Records excerpted from a collection
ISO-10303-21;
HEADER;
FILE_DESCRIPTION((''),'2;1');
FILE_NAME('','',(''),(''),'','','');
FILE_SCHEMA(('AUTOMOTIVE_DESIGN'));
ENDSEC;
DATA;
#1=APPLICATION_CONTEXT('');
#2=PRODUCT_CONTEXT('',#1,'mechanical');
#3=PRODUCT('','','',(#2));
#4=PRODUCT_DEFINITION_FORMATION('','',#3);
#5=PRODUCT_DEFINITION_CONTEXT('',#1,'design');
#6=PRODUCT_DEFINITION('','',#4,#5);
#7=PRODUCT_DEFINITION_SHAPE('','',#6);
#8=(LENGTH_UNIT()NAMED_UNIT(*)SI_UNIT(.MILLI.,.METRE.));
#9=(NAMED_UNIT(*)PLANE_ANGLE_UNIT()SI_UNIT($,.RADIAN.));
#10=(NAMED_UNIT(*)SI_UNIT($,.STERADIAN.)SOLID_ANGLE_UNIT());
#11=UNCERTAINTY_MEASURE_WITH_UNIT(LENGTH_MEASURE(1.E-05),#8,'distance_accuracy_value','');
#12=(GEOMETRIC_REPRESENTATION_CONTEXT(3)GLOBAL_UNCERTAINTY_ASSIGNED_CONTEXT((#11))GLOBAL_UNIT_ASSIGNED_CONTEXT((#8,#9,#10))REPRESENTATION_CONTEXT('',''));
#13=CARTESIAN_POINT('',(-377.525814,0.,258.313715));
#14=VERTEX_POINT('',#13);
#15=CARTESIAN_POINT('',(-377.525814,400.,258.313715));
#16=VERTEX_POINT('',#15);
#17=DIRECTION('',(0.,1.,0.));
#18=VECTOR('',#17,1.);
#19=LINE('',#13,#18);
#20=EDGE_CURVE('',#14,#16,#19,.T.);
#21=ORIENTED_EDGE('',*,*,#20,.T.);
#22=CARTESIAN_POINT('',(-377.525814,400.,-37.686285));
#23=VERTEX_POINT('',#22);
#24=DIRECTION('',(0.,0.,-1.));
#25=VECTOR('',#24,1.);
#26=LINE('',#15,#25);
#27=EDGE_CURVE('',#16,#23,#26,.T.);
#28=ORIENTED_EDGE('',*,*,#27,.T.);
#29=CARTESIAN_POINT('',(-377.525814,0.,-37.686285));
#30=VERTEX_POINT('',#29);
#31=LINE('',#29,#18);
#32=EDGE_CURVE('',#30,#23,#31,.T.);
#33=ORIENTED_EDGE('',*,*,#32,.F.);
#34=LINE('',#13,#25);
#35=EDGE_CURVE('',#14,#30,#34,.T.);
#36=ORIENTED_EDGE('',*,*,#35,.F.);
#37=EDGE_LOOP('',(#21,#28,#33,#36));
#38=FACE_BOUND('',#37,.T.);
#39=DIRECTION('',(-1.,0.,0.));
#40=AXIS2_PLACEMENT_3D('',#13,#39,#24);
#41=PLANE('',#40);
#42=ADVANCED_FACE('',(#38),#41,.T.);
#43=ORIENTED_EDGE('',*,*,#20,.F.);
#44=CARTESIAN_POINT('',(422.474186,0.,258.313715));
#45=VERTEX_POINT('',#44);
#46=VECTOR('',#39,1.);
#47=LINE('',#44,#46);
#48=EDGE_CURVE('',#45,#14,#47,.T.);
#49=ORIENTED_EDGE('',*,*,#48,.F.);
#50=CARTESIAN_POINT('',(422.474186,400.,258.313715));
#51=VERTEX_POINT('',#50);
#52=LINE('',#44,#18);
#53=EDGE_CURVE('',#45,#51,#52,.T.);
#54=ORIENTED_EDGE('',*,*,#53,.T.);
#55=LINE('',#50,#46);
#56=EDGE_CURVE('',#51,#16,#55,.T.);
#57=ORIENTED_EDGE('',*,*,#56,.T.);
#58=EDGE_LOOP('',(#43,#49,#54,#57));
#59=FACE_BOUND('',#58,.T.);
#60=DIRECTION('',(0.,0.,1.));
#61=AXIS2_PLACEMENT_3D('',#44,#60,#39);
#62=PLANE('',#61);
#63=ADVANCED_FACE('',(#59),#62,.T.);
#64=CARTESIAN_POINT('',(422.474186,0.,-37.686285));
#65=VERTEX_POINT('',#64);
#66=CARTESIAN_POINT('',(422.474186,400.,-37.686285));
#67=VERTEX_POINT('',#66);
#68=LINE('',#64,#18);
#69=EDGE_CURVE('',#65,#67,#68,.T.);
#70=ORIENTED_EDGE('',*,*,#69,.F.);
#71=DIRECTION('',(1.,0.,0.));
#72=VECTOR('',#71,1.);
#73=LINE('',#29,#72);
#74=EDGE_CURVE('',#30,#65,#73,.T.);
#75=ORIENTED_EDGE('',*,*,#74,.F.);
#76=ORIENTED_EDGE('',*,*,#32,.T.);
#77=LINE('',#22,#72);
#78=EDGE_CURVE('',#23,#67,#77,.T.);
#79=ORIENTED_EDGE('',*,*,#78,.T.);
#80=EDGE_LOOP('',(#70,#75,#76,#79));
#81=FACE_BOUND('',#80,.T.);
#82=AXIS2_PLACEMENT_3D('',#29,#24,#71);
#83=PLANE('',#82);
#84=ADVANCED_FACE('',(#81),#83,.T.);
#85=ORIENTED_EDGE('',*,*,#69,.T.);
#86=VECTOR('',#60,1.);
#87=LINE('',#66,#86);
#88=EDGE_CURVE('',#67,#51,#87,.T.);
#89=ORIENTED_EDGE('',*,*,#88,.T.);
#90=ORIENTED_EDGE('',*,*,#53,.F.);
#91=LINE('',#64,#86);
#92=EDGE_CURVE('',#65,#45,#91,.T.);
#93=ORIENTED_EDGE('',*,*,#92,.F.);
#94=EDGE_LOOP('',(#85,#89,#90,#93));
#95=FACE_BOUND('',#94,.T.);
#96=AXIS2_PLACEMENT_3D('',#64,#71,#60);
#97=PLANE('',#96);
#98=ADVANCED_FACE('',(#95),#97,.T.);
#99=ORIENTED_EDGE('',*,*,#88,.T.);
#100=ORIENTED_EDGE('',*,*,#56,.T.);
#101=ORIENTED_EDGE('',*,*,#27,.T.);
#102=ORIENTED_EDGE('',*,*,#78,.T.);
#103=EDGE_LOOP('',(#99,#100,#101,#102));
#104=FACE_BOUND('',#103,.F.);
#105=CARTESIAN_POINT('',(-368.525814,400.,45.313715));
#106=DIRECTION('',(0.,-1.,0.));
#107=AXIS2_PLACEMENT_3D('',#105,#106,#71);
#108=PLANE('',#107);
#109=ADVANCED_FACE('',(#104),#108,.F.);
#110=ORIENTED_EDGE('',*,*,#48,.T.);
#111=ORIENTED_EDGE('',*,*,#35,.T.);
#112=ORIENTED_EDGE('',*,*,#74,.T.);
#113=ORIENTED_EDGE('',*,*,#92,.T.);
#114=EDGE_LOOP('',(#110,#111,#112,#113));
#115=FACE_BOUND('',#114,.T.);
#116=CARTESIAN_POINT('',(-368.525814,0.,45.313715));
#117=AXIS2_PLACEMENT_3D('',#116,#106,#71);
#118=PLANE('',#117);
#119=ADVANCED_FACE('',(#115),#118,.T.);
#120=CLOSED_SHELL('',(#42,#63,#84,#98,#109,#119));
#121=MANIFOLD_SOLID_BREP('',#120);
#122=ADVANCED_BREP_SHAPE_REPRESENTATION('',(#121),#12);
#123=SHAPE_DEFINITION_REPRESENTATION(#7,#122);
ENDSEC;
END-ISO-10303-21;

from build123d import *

# Parameters (mm, degrees)
F0_W     = 18
F0_H     = 130
F0_H_2   = 18
F0_W_2   = 301
F0_W_3   = 445
F1_DEPTH = 400


with BuildPart() as f1:
    # F0 (on Front) → F1 (new body)
    with BuildSketch(Plane.XZ):
        with Locations((-368.52581352, 45.3137154579)):
            Rectangle(F0_W, F0_H)
        with Locations((-368.52581352, 249.3137154579)):
            Rectangle(F0_W, F0_H_2)
        with Locations((413.47418648, 249.3137154579)):
            Rectangle(F0_W, F0_H_2)
        with Locations((413.47418648, -28.6862845421)):
            Rectangle(F0_W, F0_H_2)
        with Locations((-209.02581352, 175.3137154579)):
            Rectangle(F0_W_2, F0_H)
        with Locations((413.47418648, 175.3137154579)):
            Rectangle(F0_W, F0_H)
        with Locations((181.97418648, 249.3137154579)):
            Rectangle(F0_W_3, F0_H_2)
        with Locations((-368.52581352, -28.6862845421)):
            Rectangle(F0_W, F0_H_2)
        with Locations((-49.52581352, 175.3137154579)):
            Rectangle(F0_W, F0_H)
        with Locations((181.97418648, 175.3137154579)):
            Rectangle(F0_W_3, F0_H)
        with Locations((-49.52581352, -28.6862845421)):
            Rectangle(F0_W, F0_H_2)
        with Locations((181.97418648, 45.3137154579)):
            Rectangle(F0_W_3, F0_H)
        with Locations((-209.02581352, 45.3137154579)):
            Rectangle(F0_W_2, F0_H)
        with Locations((-209.02581352, -28.6862845421)):
            Rectangle(F0_W_2, F0_H_2)
        with Locations((181.97418648, -28.6862845421)):
            Rectangle(F0_W_3, F0_H_2)
        with Locations((-368.52581352, 175.3137154579)):
            Rectangle(F0_W, F0_H)
        with Locations((-49.52581352, 45.3137154579)):
            Rectangle(F0_W, F0_H)
        with Locations((413.47418648, 45.3137154579)):
            Rectangle(F0_W, F0_H)
        with Locations((-209.02581352, 249.3137154579)):
            Rectangle(F0_W_2, F0_H_2)
        with Locations((-49.52581352, 249.3137154579)):
            Rectangle(F0_W, F0_H_2)
    extrude(amount=-F1_DEPTH)


solid = f1.part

Work to be completed
Above are the records. Print exactly, and only, the lines from the line with "#53=EDGE_CURVE('',#45,#51,#52,.T.);" to the line with "#69=EDGE_CURVE('',#65,#67,#68,.T.);", both inclusive.

Response
#53=EDGE_CURVE('',#45,#51,#52,.T.);
#54=ORIENTED_EDGE('',*,*,#53,.T.);
#55=LINE('',#50,#46);
#56=EDGE_CURVE('',#51,#16,#55,.T.);
#57=ORIENTED_EDGE('',*,*,#56,.T.);
#58=EDGE_LOOP('',(#43,#49,#54,#57));
#59=FACE_BOUND('',#58,.T.);
#60=DIRECTION('',(0.,0.,1.));
#61=AXIS2_PLACEMENT_3D('',#44,#60,#39);
#62=PLANE('',#61);
#63=ADVANCED_FACE('',(#59),#62,.T.);
#64=CARTESIAN_POINT('',(422.474186,0.,-37.686285));
#65=VERTEX_POINT('',#64);
#66=CARTESIAN_POINT('',(422.474186,400.,-37.686285));
#67=VERTEX_POINT('',#66);
#68=LINE('',#64,#18);
#69=EDGE_CURVE('',#65,#67,#68,.T.);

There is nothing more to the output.